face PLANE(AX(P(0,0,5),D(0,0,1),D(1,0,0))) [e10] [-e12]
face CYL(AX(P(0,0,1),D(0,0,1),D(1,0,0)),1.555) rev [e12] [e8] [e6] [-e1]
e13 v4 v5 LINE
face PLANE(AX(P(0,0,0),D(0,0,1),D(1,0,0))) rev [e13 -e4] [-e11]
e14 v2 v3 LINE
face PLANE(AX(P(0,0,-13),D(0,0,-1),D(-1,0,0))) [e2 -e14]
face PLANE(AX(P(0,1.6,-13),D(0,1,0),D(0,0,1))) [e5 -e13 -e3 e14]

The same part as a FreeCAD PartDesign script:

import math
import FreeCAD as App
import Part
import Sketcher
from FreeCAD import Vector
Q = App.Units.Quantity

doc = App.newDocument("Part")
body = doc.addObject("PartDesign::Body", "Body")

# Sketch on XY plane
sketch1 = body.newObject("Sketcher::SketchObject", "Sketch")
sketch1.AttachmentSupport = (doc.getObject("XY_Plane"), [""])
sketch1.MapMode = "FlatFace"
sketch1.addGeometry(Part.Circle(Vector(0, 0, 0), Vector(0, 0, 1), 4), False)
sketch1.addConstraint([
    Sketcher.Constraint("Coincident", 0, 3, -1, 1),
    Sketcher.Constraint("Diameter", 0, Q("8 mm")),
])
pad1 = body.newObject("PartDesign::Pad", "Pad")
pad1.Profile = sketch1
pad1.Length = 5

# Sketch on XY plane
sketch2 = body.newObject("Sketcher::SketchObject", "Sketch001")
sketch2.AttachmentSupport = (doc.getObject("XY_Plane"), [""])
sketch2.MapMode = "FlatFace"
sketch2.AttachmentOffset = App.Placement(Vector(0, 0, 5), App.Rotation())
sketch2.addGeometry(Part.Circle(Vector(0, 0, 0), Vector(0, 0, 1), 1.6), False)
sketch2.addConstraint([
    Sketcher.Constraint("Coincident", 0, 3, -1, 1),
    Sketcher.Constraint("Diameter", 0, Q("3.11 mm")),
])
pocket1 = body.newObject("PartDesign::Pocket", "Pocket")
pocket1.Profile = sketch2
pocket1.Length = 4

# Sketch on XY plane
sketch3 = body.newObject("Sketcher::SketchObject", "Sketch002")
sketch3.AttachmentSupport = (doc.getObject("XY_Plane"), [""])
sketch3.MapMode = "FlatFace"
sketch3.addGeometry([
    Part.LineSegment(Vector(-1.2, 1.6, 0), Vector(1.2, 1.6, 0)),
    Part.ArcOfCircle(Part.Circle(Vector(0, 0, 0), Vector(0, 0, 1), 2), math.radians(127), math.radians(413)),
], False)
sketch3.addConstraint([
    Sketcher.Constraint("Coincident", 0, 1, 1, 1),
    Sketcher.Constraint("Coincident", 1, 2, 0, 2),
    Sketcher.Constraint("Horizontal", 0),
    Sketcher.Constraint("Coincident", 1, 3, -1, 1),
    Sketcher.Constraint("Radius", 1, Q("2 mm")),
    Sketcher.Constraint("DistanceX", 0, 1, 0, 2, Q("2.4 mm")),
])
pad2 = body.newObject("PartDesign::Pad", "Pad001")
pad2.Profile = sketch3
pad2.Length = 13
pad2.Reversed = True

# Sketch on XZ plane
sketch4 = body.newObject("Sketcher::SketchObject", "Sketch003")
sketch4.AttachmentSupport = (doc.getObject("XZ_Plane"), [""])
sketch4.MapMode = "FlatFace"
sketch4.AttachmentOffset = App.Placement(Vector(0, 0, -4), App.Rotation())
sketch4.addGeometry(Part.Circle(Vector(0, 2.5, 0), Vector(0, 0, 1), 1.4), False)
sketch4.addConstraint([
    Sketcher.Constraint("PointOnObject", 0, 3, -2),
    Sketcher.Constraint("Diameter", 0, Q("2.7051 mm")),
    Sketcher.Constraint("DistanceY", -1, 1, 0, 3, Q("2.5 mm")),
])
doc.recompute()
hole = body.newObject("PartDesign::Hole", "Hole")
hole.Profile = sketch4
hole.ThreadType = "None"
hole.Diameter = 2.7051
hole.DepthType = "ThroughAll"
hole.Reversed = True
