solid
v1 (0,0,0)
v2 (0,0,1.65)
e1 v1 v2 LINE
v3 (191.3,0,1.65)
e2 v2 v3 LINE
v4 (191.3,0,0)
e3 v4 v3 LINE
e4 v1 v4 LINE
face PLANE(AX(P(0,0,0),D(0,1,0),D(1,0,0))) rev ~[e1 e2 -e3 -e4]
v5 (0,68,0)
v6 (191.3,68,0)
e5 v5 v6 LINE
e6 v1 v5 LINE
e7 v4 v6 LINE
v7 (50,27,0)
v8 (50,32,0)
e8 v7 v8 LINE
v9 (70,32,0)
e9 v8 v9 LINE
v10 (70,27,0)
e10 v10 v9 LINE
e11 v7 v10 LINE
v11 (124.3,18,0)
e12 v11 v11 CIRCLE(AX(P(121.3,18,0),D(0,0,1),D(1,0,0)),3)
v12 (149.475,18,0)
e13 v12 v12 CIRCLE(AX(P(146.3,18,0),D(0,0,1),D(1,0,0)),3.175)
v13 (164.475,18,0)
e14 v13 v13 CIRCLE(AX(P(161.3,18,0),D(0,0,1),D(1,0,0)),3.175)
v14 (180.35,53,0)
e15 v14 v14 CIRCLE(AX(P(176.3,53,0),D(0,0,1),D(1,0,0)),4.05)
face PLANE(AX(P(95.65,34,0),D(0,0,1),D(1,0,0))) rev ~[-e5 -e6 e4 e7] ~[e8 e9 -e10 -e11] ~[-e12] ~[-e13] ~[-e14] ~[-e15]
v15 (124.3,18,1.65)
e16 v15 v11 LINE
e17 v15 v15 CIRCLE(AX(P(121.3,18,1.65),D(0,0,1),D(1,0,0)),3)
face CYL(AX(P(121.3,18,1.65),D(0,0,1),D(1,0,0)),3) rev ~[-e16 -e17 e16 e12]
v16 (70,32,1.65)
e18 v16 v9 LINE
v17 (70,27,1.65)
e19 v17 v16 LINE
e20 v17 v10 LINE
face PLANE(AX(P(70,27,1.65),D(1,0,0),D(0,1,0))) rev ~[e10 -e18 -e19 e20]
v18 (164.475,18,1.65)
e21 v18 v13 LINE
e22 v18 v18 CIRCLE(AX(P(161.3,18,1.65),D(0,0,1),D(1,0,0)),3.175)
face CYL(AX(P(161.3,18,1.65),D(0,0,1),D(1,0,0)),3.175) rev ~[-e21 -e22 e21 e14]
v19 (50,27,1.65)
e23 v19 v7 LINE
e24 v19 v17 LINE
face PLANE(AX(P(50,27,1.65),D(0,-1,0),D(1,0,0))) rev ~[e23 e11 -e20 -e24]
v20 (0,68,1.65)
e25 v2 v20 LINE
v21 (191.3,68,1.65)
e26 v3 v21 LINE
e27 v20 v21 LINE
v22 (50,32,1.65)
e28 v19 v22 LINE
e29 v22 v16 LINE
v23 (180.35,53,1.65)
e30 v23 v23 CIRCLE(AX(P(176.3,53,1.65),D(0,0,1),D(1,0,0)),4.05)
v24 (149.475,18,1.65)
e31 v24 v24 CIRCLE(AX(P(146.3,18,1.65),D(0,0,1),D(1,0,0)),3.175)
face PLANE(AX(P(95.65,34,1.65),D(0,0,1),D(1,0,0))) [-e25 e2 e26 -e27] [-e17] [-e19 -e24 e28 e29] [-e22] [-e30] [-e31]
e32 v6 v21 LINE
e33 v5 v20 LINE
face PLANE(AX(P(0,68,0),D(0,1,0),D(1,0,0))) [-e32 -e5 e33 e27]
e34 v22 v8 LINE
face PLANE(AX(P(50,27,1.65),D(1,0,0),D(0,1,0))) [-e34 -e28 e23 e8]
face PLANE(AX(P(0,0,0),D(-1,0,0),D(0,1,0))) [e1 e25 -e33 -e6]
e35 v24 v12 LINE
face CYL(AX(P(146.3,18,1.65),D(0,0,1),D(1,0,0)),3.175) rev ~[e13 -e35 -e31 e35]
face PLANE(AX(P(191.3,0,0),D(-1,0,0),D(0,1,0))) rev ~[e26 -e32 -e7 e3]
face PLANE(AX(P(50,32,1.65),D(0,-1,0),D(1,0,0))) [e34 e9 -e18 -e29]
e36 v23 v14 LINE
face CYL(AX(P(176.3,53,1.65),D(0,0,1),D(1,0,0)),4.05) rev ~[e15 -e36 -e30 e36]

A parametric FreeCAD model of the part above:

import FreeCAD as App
import Part
import Sketcher
from FreeCAD import Vector
Q = App.Units.Quantity


def add_polygon(sketch, points):
    """Adds a closed chain of lines whose ends are joined by coincident constraints."""
    first, n = sketch.GeometryCount, len(points)
    for a, b in zip(points, points[1:] + points[:1]):
        sketch.addGeometry(Part.LineSegment(App.Vector(*a, 0), App.Vector(*b, 0)), False)
    for i in range(n):
        sketch.addConstraint(Sketcher.Constraint("Coincident", first + i, 2, first + (i + 1) % n, 1))

doc = App.newDocument("Part")
body = doc.addObject("PartDesign::Body", "Body")

# Sketch on XY plane
sketch1 = body.newObject("Sketcher::SketchObject", "Sketch")
sketch1.AttachmentSupport = (doc.getObject("XY_Plane"), [""])
sketch1.MapMode = "FlatFace"
add_polygon(sketch1, [(0, 68), (0, 0), (191, 0), (191, 68)])  # lines 0-3
sketch1.addConstraint([
    Sketcher.Constraint("Vertical", 0),
    Sketcher.Constraint("Horizontal", 1),
    Sketcher.Constraint("Vertical", 2),
    Sketcher.Constraint("Horizontal", 3),
    Sketcher.Constraint("Coincident", 0, 2, -1, 1),
    Sketcher.Constraint("DistanceY", 0, 2, 0, 1, Q("68 mm")),
    Sketcher.Constraint("DistanceX", 1, 1, 1, 2, Q("191.3 mm")),
])
pad1 = body.newObject("PartDesign::Pad", "Pad")
pad1.Profile = sketch1
pad1.Length = 1.65

# Sketch on XY plane
sketch2 = body.newObject("Sketcher::SketchObject", "Sketch001")
sketch2.AttachmentSupport = (doc.getObject("XY_Plane"), [""])
sketch2.MapMode = "FlatFace"
sketch2.AttachmentOffset = App.Placement(Vector(0, 0, 1.65), App.Rotation())
sketch2.addGeometry(Part.Circle(Vector(176.3, 53, 0), Vector(0, 0, 1), 4), False)  # 0
sketch2.addGeometry(Part.Circle(Vector(121.3, 18, 0), Vector(0, 0, 1), 3), False)  # 1
sketch2.addGeometry(Part.Circle(Vector(146.3, 18, 0), Vector(0, 0, 1), 3.2), False)  # 2
sketch2.addGeometry(Part.Circle(Vector(161.3, 18, 0), Vector(0, 0, 1), 3.2), False)  # 3
add_polygon(sketch2, [(50, 32), (50, 27), (70, 27), (70, 32)])  # lines 4-7
sketch2.addConstraint([
    Sketcher.Constraint("Vertical", 4),
    Sketcher.Constraint("Horizontal", 5),
    Sketcher.Constraint("Vertical", 6),
    Sketcher.Constraint("Horizontal", 7),
    Sketcher.Constraint("Equal", 2, 3),
    Sketcher.Constraint("Horizontal", 1, 3, 2, 3),
    Sketcher.Constraint("Horizontal", 2, 3, 3, 3),
    Sketcher.Constraint("Diameter", 1, Q("6 mm")),
    Sketcher.Constraint("Diameter", 0, Q("8.1 mm")),
    Sketcher.Constraint("Diameter", 2, Q("6.35 mm")),
    Sketcher.Constraint("DistanceX", 5, 1, 5, 2, Q("20 mm")),
    Sketcher.Constraint("DistanceY", 4, 2, 4, 1, Q("5 mm")),
    Sketcher.Constraint("DistanceY", -1, 1, 0, 3, Q("53 mm")),
    Sketcher.Constraint("DistanceY", -1, 1, 1, 3, Q("18 mm")),
    Sketcher.Constraint("DistanceX", -1, 1, 4, 2, Q("50 mm")),
    Sketcher.Constraint("DistanceY", -1, 1, 4, 2, Q("27 mm")),
    Sketcher.Constraint("DistanceX", 1, 3, 0, 3, Q("55 mm")),
    Sketcher.Constraint("DistanceX", 1, 3, 2, 3, Q("25 mm")),
    Sketcher.Constraint("DistanceX", 2, 3, 3, 3, Q("15 mm")),
    Sketcher.Constraint("DistanceX", -1, 1, 0, 3, Q("176.3 mm")),
])
pocket1 = body.newObject("PartDesign::Pocket", "Pocket")
pocket1.Profile = sketch2
pocket1.Length = 5

doc.recompute()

+--

Task to carry out: For the word "True", please count the lines in the data where it appears and respond with the number only.

Completed exercise: 2